I'm kind of in the same shoes. I have money to start the business, but wanted to get enough tools to do everything right with it. I bought a new delta saw from Lowe's. Looking for a joiner on Craigslist. To get by you cold use a hand planer. And maybe get a router or a Dado set. Something to help do breadboard ends correctly if you're doing them.


----------



## knotscott (Feb 27, 2009)

Everyone is different, but in most shops (mine included), a good table saw is the center of the shop…it'd also be conducive to your build list. That's where I'd focus my budget and research. Since you have 220v, I'd definitely see if you could score a good 3hp cabinet saw….it's not an essential to do good work, but the step in that direction is significant and I can't imagine you'll ever regret having the extra mass, power, and user friendliness that an industrial cabinet saw offers. $1000 doesn't quite land a new cabinet saw, but it gets you within reach. It should cover a nice used one if the right deal comes along.

Now that my heart has spoken, getting by with a decent hybrid or full size contractor saw could mean that you can have the planer or jointer AND a table saw now. Ultimately, you'll need to choose which direction to head.

Either way, get the saw setup well and fit it with a good blade or three.

*The ABCs of Table Saws*

*Tips for Picking Saw Blades*


----------



## joey502 (Mar 30, 2014)

The table saw is, in my opinion, the first thing to buy. A nice cabinet or hybrid saw will excel at so many things other than ripping. After the table saw I would look at planer, band saw and then a jointer. The rustic furniture you are building does not require boards to be as flat as some other styles. I think the band saw would benefit you more now than the jointer would.

Just my opinion and this can surely wait but, I would look into spending some of the money on insulation for the shop. I know a lot of cold climate guys on this site tough out the cold but I can't do it. My shop is much more enjoyable to work in when the temp is about 65F.


----------



## dhazelton (Feb 11, 2012)

"not yet insulated/heated" - do you need that in Memphis? If you plan on doing finishing out there in the winter and it gets cold enough, I'd insulate before you fill the place up or start putting up shelves and cabinets. A lot harder to do after and you'll kick yourself.


----------



## johnstoneb (Jun 14, 2012)

If you are really serious about a business you need to get that shop heated and insulated. You can't be stopping work because it is too cold to glue or finish and the Memphis area get that way at times.
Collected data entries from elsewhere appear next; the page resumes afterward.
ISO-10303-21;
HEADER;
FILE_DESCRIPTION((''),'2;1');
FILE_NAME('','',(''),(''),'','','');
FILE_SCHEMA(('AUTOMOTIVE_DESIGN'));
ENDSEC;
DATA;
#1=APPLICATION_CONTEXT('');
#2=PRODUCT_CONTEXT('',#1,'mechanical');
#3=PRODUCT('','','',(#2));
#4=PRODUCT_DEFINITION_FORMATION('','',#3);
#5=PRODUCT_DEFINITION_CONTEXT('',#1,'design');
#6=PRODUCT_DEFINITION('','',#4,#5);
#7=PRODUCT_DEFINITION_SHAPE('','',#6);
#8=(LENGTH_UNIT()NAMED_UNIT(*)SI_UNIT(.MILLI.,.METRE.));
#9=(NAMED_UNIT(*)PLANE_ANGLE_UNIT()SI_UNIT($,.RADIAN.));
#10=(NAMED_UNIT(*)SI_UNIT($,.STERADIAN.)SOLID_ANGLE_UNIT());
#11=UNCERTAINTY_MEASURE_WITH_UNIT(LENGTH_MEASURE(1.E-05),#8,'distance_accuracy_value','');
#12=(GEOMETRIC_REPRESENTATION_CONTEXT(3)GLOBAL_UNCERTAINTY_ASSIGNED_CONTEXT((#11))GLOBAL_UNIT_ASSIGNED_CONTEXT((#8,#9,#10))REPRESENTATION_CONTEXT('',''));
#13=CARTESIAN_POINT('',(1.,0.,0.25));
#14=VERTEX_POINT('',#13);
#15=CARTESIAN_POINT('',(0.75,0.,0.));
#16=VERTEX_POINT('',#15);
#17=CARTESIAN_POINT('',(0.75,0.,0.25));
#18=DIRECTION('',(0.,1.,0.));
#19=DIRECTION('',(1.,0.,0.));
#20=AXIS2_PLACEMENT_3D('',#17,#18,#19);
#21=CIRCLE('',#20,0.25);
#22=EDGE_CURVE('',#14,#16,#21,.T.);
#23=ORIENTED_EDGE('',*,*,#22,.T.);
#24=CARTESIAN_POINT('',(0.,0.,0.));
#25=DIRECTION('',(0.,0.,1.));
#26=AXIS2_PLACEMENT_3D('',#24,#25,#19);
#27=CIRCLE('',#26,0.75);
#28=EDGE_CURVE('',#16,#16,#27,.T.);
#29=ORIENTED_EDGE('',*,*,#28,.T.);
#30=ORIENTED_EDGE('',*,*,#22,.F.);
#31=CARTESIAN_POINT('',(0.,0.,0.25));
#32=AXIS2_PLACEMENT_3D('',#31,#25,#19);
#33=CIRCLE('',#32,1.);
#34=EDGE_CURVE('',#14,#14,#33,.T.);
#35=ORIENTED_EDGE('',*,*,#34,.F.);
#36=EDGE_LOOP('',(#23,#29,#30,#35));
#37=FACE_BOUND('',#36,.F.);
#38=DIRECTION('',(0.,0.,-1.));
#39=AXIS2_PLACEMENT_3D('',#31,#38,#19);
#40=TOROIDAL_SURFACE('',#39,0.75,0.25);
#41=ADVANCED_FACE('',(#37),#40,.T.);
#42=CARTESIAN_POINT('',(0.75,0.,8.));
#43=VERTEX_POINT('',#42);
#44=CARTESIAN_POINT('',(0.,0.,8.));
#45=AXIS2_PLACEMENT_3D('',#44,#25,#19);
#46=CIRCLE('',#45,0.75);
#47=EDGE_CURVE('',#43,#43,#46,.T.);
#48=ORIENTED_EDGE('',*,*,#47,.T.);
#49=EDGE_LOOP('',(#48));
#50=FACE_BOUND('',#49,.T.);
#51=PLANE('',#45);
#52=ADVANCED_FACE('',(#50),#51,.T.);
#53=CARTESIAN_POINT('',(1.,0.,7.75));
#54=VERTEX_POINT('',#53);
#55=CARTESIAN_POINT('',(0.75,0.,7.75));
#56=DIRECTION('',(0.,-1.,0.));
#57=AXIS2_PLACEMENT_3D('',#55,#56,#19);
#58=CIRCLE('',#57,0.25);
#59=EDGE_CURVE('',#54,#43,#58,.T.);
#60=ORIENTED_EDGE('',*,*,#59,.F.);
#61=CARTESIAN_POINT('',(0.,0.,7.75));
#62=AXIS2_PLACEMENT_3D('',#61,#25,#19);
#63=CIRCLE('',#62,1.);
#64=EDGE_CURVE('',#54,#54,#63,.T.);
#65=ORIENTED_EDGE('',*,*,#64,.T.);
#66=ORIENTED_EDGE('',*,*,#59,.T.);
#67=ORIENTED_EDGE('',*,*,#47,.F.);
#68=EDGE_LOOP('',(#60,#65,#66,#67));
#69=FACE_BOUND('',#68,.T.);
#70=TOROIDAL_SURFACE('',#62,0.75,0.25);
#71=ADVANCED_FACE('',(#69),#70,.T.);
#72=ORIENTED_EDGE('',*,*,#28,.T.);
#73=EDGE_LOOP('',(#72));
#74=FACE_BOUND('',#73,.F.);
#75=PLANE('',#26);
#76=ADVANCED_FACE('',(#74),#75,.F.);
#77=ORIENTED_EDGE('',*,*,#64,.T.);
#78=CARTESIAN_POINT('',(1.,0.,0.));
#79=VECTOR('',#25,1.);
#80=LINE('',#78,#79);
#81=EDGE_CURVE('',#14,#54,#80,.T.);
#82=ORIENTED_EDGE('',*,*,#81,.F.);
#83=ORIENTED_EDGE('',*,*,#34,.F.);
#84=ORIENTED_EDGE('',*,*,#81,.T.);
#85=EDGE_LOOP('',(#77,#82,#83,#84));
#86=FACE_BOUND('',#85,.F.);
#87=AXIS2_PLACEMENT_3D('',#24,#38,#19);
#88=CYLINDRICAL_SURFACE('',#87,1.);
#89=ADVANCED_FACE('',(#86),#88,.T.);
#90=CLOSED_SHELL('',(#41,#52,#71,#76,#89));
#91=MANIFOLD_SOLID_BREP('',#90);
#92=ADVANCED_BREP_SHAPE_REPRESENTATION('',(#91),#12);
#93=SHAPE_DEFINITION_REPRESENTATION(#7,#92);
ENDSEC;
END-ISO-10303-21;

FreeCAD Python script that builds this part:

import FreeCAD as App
import Part
import Sketcher

V = App.Vector
Q = App.Units.Quantity


def edges_at(feature, points):
    """Names of the edges that pass closest to the given points."""
    edges = feature.Shape.Edges
    near = lambda p: min(range(len(edges)), key=lambda i: edges[i].distToShape(Part.Vertex(*p))[0])
    return sorted({f"Edge{near(p) + 1}" for p in points})

doc = App.newDocument("Part")
body = doc.addObject("PartDesign::Body", "Body")

# Sketch on XY plane
sketch1 = doc.addObject("Sketcher::SketchObject", "Sketch")
body.addObject(sketch1)
sketch1.AttachmentSupport = (doc.XY_Plane, [""])
sketch1.MapMode = "FlatFace"
sketch1.addGeometry(Part.Circle(V(0, 0, 0), V(0, 0, 1), 1), False)
sketch1.addConstraint([
    Sketcher.Constraint("Coincident", 0, 3, -1, 1),
    Sketcher.Constraint("Diameter", 0, Q("2 mm")),
])
pad1 = doc.addObject("PartDesign::Pad", "Pad")
body.addObject(pad1)
pad1.Profile = sketch1
pad1.Length = 8
doc.recompute()

fillet = doc.addObject("PartDesign::Fillet", "Fillet")
body.addObject(fillet)
fillet.Base = (pad1, edges_at(pad1, [(-0.932, -0.362, 8), (-0.932, -0.362, 0)]))
fillet.Radius = 0.25

doc.recompute()
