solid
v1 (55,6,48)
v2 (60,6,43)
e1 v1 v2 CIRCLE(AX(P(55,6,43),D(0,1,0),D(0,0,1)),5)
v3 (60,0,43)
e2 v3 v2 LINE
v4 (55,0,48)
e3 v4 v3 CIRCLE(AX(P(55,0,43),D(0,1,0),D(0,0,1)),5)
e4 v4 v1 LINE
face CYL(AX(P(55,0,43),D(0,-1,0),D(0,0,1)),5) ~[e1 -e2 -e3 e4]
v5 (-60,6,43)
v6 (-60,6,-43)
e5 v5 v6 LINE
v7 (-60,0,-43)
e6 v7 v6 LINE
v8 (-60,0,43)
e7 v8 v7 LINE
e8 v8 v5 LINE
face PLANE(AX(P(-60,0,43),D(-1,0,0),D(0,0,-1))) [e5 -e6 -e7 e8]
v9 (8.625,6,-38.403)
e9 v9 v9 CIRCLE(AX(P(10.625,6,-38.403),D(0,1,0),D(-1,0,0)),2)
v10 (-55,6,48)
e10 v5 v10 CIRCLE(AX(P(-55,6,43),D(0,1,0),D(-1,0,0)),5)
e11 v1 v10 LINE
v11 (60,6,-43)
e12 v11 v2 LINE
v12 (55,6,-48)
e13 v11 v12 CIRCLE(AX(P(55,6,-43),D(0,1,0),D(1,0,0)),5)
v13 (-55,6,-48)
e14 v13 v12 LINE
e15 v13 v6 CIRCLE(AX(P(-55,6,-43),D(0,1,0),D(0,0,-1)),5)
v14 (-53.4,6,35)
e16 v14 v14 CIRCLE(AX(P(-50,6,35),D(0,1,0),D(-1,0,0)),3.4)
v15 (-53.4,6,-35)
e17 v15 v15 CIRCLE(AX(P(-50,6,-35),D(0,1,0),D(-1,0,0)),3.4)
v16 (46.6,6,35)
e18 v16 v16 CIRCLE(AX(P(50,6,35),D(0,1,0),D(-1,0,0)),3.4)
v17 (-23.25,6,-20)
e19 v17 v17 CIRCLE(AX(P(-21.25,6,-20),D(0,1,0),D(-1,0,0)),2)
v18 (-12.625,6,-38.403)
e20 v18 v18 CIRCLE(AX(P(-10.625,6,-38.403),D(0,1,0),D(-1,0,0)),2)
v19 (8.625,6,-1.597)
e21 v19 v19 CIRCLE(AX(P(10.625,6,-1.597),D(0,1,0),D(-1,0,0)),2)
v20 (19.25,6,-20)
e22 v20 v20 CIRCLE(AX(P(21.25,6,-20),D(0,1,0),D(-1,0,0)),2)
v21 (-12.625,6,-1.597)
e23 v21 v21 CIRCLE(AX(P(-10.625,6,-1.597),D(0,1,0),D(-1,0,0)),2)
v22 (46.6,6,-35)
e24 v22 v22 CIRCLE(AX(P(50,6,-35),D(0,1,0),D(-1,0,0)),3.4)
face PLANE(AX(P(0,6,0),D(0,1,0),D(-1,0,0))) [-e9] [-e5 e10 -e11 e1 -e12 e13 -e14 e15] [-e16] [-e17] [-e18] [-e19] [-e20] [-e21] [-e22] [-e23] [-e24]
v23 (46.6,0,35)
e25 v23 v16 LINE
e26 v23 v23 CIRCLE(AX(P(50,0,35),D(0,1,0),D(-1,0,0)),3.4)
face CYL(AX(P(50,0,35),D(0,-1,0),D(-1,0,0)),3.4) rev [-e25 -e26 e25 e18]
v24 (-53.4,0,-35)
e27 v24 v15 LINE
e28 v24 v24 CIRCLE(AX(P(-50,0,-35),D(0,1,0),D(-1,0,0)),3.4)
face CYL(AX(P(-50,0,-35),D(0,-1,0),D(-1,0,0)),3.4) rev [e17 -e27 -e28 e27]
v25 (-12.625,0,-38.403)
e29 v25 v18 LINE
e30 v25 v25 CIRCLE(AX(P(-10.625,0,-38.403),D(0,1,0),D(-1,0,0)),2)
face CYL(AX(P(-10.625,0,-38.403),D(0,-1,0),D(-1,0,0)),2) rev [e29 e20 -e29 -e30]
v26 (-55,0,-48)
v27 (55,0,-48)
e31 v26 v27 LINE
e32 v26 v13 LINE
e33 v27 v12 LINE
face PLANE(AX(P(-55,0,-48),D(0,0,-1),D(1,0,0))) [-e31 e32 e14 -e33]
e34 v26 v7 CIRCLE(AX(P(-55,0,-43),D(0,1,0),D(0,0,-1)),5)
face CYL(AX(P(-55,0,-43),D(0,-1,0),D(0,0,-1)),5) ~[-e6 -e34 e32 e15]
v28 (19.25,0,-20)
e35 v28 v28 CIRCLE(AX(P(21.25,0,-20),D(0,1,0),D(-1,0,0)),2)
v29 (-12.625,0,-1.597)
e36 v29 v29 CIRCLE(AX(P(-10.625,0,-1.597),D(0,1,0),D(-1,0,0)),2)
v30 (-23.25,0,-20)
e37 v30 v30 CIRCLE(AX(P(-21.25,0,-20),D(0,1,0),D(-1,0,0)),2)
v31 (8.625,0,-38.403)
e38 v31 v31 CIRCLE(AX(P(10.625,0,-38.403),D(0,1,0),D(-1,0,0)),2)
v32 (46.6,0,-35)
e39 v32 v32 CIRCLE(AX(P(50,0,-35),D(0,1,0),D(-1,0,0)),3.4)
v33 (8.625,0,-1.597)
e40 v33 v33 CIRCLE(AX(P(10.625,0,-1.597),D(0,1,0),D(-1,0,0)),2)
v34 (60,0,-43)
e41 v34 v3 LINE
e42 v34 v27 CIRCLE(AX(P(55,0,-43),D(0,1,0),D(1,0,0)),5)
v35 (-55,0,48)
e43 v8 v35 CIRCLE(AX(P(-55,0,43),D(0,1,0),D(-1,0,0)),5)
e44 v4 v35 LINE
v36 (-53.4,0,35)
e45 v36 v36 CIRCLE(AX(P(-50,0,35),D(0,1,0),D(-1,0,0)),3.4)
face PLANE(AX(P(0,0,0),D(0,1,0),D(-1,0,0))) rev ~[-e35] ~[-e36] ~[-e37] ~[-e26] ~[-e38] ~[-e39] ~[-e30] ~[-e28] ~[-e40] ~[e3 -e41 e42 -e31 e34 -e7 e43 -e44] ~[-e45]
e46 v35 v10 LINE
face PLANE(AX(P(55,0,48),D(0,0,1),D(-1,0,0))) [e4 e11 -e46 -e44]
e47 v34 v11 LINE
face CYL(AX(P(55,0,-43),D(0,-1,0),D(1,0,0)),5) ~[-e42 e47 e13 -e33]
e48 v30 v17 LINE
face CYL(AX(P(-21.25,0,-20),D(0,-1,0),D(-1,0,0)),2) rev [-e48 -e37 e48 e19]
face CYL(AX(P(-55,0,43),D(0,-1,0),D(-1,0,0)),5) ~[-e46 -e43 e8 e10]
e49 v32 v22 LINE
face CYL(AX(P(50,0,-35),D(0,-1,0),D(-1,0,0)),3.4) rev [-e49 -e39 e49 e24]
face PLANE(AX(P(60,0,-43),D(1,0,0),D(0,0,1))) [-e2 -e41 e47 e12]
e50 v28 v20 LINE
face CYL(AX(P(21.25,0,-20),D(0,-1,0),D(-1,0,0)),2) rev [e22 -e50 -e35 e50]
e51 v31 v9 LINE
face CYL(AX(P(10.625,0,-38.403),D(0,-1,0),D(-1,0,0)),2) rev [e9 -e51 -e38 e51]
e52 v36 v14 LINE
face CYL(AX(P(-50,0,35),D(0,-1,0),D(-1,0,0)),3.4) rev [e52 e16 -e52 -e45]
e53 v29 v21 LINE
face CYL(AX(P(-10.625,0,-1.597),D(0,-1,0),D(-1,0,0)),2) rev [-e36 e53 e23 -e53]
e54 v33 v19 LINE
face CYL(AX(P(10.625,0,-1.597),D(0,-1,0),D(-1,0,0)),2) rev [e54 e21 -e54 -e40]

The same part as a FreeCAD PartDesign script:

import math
import FreeCAD as App
import Part
import Sketcher

doc = App.newDocument("Part")
params = doc.addObject("Spreadsheet::Sheet", "Params")
for row, (alias, value) in enumerate([
    ("sketch1_diameter", "4 mm"),
    ("sketch1_radius", "5 mm"),
    ("sketch1_diameter2", "6.8 mm"),
    ("sketch1_width", "110 mm"),
    ("sketch1_height", "86 mm"),
    ("pad1_length", "6 mm"),
], start=1):
    params.set(f"A{row}", alias)
    params.set(f"B{row}", "=" + value)
    params.setAlias(f"B{row}", alias)

body = doc.addObject("PartDesign::Body", "Body")

sketch1 = doc.addObject("Sketcher::SketchObject", "Sketch")
body.addObject(sketch1)
sketch1.AttachmentSupport = (doc.XZ_Plane, [""])
sketch1.MapMode = "FlatFace"
sketch1.addGeometry([
    Part.LineSegment(App.Vector(55, -48, 0), App.Vector(-55, -48, 0)),
    Part.ArcOfCircle(Part.Circle(App.Vector(-55, -43, 0), App.Vector(0, 0, 1), 5), math.radians(180), math.radians(270)),
    Part.LineSegment(App.Vector(-60, -43, 0), App.Vector(-60, 43, 0)),
    Part.ArcOfCircle(Part.Circle(App.Vector(-55, 43, 0), App.Vector(0, 0, 1), 5), math.radians(90), math.radians(180)),
    Part.LineSegment(App.Vector(-55, 48, 0), App.Vector(55, 48, 0)),
    Part.ArcOfCircle(Part.Circle(App.Vector(55, 43, 0), App.Vector(0, 0, 1), 5), math.radians(0), math.radians(90)),
    Part.LineSegment(App.Vector(60, 43, 0), App.Vector(60, -43, 0)),
    Part.ArcOfCircle(Part.Circle(App.Vector(55, -43, 0), App.Vector(0, 0, 1), 5), math.radians(-90), math.radians(0)),
    Part.Circle(App.Vector(50, -35, 0), App.Vector(0, 0, 1), 3.4),
    Part.Circle(App.Vector(10.6, -38.4, 0), App.Vector(0, 0, 1), 2),
    Part.Circle(App.Vector(21.2, -20, 0), App.Vector(0, 0, 1), 2),
    Part.Circle(App.Vector(10.6, -1.6, 0), App.Vector(0, 0, 1), 2),
    Part.Circle(App.Vector(-10.6, -38.4, 0), App.Vector(0, 0, 1), 2),
    Part.Circle(App.Vector(-50, -35, 0), App.Vector(0, 0, 1), 3.4),
    Part.Circle(App.Vector(-21.2, -20, 0), App.Vector(0, 0, 1), 2),
    Part.Circle(App.Vector(-10.6, -1.6, 0), App.Vector(0, 0, 1), 2),
    Part.Circle(App.Vector(50, 35, 0), App.Vector(0, 0, 1), 3.4),
    Part.Circle(App.Vector(-50, 35, 0), App.Vector(0, 0, 1), 3.4),
], False)
sketch1.addConstraint([
    Sketcher.Constraint("Tangent", 0, 2, 1, 2),
    Sketcher.Constraint("Tangent", 1, 1, 2, 1),
    Sketcher.Constraint("Tangent", 2, 2, 3, 2),
    Sketcher.Constraint("Tangent", 3, 1, 4, 1),
    Sketcher.Constraint("Tangent", 4, 2, 5, 2),
    Sketcher.Constraint("Tangent", 5, 1, 6, 1),
    Sketcher.Constraint("Tangent", 6, 2, 7, 2),
    Sketcher.Constraint("Tangent", 7, 1, 0, 1),
    Sketcher.Constraint("Horizontal", 0),
    Sketcher.Constraint("Vertical", 2),
    Sketcher.Constraint("Horizontal", 4),
    Sketcher.Constraint("Vertical", 6),
    Sketcher.Constraint("Equal", 1, 3),
    Sketcher.Constraint("Equal", 3, 5),
    Sketcher.Constraint("Equal", 5, 7),
    Sketcher.Constraint("Equal", 9, 10),
    Sketcher.Constraint("Equal", 10, 11),
    Sketcher.Constraint("Equal", 11, 12),
    Sketcher.Constraint("Equal", 8, 13),
    Sketcher.Constraint("Equal", 12, 14),
    Sketcher.Constraint("Equal", 14, 15),
    Sketcher.Constraint("Equal", 13, 16),
    Sketcher.Constraint("Equal", 16, 17),
    Sketcher.Constraint("Symmetric", 1, 3, 5, 3, -1, 1),
    Sketcher.Constraint("Symmetric", 13, 3, 16, 3, -1, 1),
    Sketcher.Constraint("Symmetric", 8, 3, 17, 3, -1, 1),
    Sketcher.Constraint("Symmetric", 9, 3, 12, 3, -2),
    Sketcher.Constraint("Symmetric", 8, 3, 13, 3, -2),
    Sketcher.Constraint("Symmetric", 10, 3, 14, 3, -2),
    Sketcher.Constraint("Symmetric", 11, 3, 15, 3, -2),
    Sketcher.Constraint("Vertical", 9, 3, 11, 3),
    Sketcher.Constraint("Diameter", 9, 4.0),
    Sketcher.Constraint("Radius", 1, 5.0),
    Sketcher.Constraint("Diameter", 8, 6.8),
    Sketcher.Constraint("DistanceX", 8, 3, 7, 3, 5.0),
    Sketcher.Constraint("DistanceY", 8, 3, 16, 3, 70.0),
    Sketcher.Constraint("DistanceX", 0, 2, 0, 1, 110.0),
    Sketcher.Constraint("DistanceY", 2, 1, 2, 2, 86.0),
    Sketcher.Constraint("DistanceY", 10, 3, -1, 1, 20.0),
    Sketcher.Constraint("DistanceX", -1, 1, 10, 3, 21.25),
    Sketcher.Constraint("DistanceX", 12, 3, 9, 3, 21.25),
    Sketcher.Constraint("DistanceY", 9, 3, -1, 1, 38.403),
    Sketcher.Constraint("DistanceY", 11, 3, -1, 1, 1.597),
])
sketch1.setExpression("Constraints[31]", "Params.sketch1_diameter")
sketch1.setExpression("Constraints[32]", "Params.sketch1_radius")
sketch1.setExpression("Constraints[33]", "Params.sketch1_diameter2")
sketch1.setExpression("Constraints[36]", "Params.sketch1_width")
sketch1.setExpression("Constraints[37]", "Params.sketch1_height")
pad1 = doc.addObject("PartDesign::Pad", "Pad")
body.addObject(pad1)
pad1.Profile = sketch1
pad1.setExpression("Length", "Params.pad1_length")
pad1.Reversed = True

doc.recompute()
You need to get a business plan together to see if it is really feasible to make money doing what you want.


----------



## laketrout36 (Nov 7, 2012)

Another question for you; Is furniture building going to be your full time business right now or a way to initially generate additional money?


----------



## shawnn (Aug 30, 2014)

In hindsight on my own recent experiences, I would get a drum sander (something to sand panels & boards flat) and a good router table, and go inexpensive on table saw, jointer & planer for now - I spend more time sanding than anything else so automating the sanding would save much more time than you'll save with higher end versions of those other tools. Plus those other tools are so much more commonly available used it's always easy to find upgrades down the road. With regard to router tables, I spend nearly as much time routing as I do sanding. I do all my joinery on it rather than on the saw so I find that accuracy, repeatability and speed of setup is a huge benefit.


----------



## a1Jim (Aug 9, 2008)

A table saw is the heart of a woodshop,start there. Buy the best table saw you can afford,so many folks buy a cheap $100 used Craftsman and end up having to replace it in short order. If you can stretch your budget a bit look at a Grizzly Hybrid or if you have 220in your shop see if you can find and older Powermatic cabinet saw that will give you good service for years to come.


----------



## bigblockyeti (Sep 9, 2013)

A table saw is the corner stone of any shop, you should be able to get a Unisaw or PM66 in excellent condition used within your budget. Patience is your friend when looking for a good deal and be ready to act and quickly with cash when excellent examples show up. If you have the chance, put your hands on a few and see what feature and fence you like, that will help ensure you'll be able to use whatever you buy for the rest of your life without regret.


----------



## a1Jim (Aug 9, 2008)

Opps I see you have 220

These look like they might work

http://littlerock.craigslist.org/tls/4798152369.html

http://littlerock.craigslist.org/tls/4807207118.html


----------



## GT350 (Dec 22, 2012)

If I were you with the $1000,00 I would buy the Craftsman saw, the 6" jointer and the 12" planer, with this setup you can dimension all your lumber. The band saw would be nice to be able to resaw some of those big timbers. Later on, like years down the road if you need a Tablesaw with more power or accuracy etc. you can upgrade then and not be out a lot of money. Just make sure if you get the Craftsman it is the one with the motor out the back.
Mike


----------



## Grandpa (Jan 28, 2011)

You will be amazed at all the things you can do with a good table saw. Go for the best you can afford. Either of those that Jim mentioned will do the job. Do you have room for those? That is the only concern. You can shorten those fence rails if you need to.


----------



## dozer57 (Apr 18, 2014)

Table saw even if it cost you the hole grand!!
Then a planer or air compressor
plung router
Bandsaw
Imo this what I would do, as these are my most use tools in my shop
Don't forget to get yourself some good lighting to work by.
Look around and you should be able to find it all for a grand or a bit more, cl or auctions
Good luck


----------



## 8iowa (Feb 7, 2008)

Heating and insulation would be at the top of my list. Insulation is inexpensive. In only 280 sq. ft. you could probably heat with a small electric heater. Avoid non vented gas heaters, they add a lot of rust promoting moisture to the space.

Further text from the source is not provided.